Reviews

Wonderland (Hampstead Theatre)

Beth Steel’s exploration of the miners’ strike needs to let rip

The first act of Beth Steel's play about the miners' strike of 1984 begins with the right-wing economist Milton Friedman declaring that the time was right for his big idea of "rationalising" industry and undermining the trade unions. The second act opens with that hoary old chant in response, "Maggie, Maggie, Maggie… out, out, out!"

In between, the play unfolds in two well-controlled narratives: the induction of two new apprentices in the Welbeck Colliery in Mansfield (where Steel's father has worked for 35 years) and the growing mood of resistance; and the policy-making tussle between the new head of the National Coal Board, Ian MacGregor (Michael Cochrane), and Mrs Thatcher's "wet" energy secretary Peter Walker (Andrew Havill).

Although the physical action in Edward Hall's production, with choreography by Scott Ambler, explodes in the flashpoint of the battle of Orgreave, where miners' leader Arthur Scargill's flying pickets were brutalised by police with riot shields, the careful assembly of facts and arguments rather works against dramatic concentration.

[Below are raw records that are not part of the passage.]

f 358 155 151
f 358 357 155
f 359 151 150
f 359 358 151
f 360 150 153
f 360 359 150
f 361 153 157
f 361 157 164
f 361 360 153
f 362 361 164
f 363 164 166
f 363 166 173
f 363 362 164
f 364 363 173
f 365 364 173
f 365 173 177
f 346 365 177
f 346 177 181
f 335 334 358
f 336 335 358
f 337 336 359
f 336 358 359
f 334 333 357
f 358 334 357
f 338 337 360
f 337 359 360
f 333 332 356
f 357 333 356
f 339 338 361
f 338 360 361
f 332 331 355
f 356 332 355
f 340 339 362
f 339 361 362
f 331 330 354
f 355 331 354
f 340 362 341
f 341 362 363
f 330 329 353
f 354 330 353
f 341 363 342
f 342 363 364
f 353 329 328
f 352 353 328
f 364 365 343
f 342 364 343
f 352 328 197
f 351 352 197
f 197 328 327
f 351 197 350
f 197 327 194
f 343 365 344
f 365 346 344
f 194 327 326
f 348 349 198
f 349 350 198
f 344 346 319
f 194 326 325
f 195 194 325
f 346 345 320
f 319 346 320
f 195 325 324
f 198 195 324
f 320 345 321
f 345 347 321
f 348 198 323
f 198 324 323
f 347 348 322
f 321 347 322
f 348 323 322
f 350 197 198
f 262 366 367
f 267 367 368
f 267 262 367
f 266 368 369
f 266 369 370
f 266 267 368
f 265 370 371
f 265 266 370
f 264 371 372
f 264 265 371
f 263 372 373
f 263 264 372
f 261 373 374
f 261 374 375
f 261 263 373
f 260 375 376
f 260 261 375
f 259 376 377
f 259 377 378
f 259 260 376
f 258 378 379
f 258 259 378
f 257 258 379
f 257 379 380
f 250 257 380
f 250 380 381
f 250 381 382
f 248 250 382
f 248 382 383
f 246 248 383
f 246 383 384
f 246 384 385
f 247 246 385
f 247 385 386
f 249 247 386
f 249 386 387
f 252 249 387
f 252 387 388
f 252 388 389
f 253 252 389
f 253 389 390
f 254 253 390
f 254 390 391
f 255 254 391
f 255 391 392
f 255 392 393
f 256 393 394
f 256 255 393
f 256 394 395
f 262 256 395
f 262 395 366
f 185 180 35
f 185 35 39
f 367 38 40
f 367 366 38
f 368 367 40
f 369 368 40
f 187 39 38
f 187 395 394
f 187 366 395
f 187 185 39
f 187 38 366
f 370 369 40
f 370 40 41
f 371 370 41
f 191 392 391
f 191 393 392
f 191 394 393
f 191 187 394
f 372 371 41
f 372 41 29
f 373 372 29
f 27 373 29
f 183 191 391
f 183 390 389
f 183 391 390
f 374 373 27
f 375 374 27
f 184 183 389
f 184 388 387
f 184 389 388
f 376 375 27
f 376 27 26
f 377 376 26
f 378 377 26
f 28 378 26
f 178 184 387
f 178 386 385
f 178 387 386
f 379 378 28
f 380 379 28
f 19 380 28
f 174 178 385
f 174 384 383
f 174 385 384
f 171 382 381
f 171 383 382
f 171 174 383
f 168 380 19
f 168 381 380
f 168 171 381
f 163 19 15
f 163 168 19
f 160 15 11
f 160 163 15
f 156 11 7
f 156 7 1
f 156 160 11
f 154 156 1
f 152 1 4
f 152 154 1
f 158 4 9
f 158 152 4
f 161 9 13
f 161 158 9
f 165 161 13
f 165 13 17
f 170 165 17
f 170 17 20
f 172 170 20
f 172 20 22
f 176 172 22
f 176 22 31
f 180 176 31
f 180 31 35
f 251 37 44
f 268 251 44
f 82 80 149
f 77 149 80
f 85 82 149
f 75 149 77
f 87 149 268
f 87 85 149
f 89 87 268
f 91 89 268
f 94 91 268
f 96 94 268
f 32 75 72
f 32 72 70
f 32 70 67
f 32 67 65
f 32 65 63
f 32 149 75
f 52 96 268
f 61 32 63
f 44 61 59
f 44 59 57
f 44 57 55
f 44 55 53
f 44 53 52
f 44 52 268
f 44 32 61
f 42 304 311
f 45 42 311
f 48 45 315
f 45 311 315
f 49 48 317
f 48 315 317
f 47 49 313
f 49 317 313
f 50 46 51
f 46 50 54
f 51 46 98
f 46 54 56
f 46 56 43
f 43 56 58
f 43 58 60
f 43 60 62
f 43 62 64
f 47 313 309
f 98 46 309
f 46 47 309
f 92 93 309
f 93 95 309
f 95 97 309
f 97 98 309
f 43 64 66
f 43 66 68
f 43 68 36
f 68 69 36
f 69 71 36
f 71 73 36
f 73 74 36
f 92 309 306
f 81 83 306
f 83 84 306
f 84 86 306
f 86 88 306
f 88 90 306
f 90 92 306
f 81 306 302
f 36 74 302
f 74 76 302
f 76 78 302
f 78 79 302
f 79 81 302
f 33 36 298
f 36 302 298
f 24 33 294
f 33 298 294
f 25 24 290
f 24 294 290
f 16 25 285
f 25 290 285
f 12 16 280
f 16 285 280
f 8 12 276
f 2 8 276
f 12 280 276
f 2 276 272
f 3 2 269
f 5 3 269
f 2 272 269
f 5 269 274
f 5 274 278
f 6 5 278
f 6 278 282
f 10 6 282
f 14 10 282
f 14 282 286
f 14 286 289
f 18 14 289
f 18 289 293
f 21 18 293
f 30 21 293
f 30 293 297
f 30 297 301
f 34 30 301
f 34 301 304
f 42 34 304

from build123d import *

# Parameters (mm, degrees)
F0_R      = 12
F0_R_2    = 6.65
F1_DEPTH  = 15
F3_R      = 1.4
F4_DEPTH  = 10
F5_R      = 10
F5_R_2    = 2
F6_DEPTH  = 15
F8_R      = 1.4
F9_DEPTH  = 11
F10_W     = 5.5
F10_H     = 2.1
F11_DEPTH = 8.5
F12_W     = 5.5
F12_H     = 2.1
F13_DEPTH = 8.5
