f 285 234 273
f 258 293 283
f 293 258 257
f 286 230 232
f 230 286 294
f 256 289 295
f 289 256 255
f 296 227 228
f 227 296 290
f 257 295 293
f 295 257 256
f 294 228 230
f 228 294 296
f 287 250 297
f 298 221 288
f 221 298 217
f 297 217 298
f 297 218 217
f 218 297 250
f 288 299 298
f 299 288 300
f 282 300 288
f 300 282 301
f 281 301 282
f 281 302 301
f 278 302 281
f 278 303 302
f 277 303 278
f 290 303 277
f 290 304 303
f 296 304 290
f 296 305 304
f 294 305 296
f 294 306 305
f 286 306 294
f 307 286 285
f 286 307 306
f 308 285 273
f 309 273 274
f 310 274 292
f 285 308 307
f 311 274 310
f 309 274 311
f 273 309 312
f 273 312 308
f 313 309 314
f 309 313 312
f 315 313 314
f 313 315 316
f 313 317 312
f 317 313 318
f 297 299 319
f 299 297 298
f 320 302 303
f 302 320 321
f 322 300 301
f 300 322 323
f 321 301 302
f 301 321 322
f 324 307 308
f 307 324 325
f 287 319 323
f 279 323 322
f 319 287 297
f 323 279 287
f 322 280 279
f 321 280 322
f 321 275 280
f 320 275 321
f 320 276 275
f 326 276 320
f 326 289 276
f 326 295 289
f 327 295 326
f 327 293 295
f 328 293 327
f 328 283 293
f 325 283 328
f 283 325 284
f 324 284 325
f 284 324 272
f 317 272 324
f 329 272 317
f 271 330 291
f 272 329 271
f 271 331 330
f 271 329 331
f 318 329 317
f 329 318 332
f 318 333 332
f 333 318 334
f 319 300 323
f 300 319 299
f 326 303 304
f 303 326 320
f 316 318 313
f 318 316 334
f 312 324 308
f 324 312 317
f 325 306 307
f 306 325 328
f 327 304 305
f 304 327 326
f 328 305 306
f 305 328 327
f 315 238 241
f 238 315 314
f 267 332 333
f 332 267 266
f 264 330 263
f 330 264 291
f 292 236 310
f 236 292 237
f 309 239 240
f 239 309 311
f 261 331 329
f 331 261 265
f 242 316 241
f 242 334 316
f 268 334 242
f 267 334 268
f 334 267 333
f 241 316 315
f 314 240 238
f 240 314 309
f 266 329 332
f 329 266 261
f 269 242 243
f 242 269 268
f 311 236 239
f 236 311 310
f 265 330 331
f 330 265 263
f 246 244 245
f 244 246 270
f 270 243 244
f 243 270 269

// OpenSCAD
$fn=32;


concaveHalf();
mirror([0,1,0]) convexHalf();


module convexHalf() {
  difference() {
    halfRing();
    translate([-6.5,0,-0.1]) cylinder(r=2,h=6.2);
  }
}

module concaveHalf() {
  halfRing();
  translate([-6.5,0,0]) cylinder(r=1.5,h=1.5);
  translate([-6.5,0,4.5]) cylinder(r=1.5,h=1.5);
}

Time lends distance to the proceedings, but also drains them of immediacy, despite the "Coles Notes" historical references to the three-day week and the three million unemployed, the riots in Brixton and Toxteth, the killing of Yvonne Fletcher (neatly dove-tailed with the political consequences in the oil supplies from Libya) and the IRA bombing of the Brighton hotel.

“Time lends distance to the proceedings, but also drains them of immediacy”

The trigger to the crisis was the closure of 20 inefficient pits and the loss of 20,000 jobs. But as Steel even-handedly observes, this might have been acceptable as a necessary way of maintaining the vigour of the successful mines.

That ideological tension is indicated, not dramatised, then dropped as we move on to the strange story of David Hart (Dugald Bruce-Lockhart), a Thatcherite socialite posing as a journalist who infiltrated the strike with a "back to work" campaign while living in Claridge's hotel; this could have been another, and more intriguing, play in itself.

Hall and Hampstead have not stinted on presentation. The theatre is reconfigured once again, with a section of the audience sitting on a large grilled area (you are advised not to wear high heels, so I didn't) – the stage built out into the auditorium – which is the colliery itself, complete with the awesome machinery in Ashley Martin-Davis' design of a wide gantry, hydraulic steel cage and a large practical trap.

At times, the show seems a pale echo of those Bill Bryden all-male tribal epics of the era, the miners swaggering about in helmets and grimy torsos, even stripping off for a half-lit shower scene, and belting out their anthems arranged by musical director Simon Slater, who doubles as the pit manager, alongside Nigel Betts' senior pitman.

As a more detailed reminder of what's going on in the background of the mock agitprop scenes in Billy Elliot, Wonderland is a valuable addition to the London list. But it also reeks slightly of cold potatoes, and Beth Steel, obviously a coming talent, needs to loosen up and let rip, perhaps more along the lines of Richard Bean in Great Britain.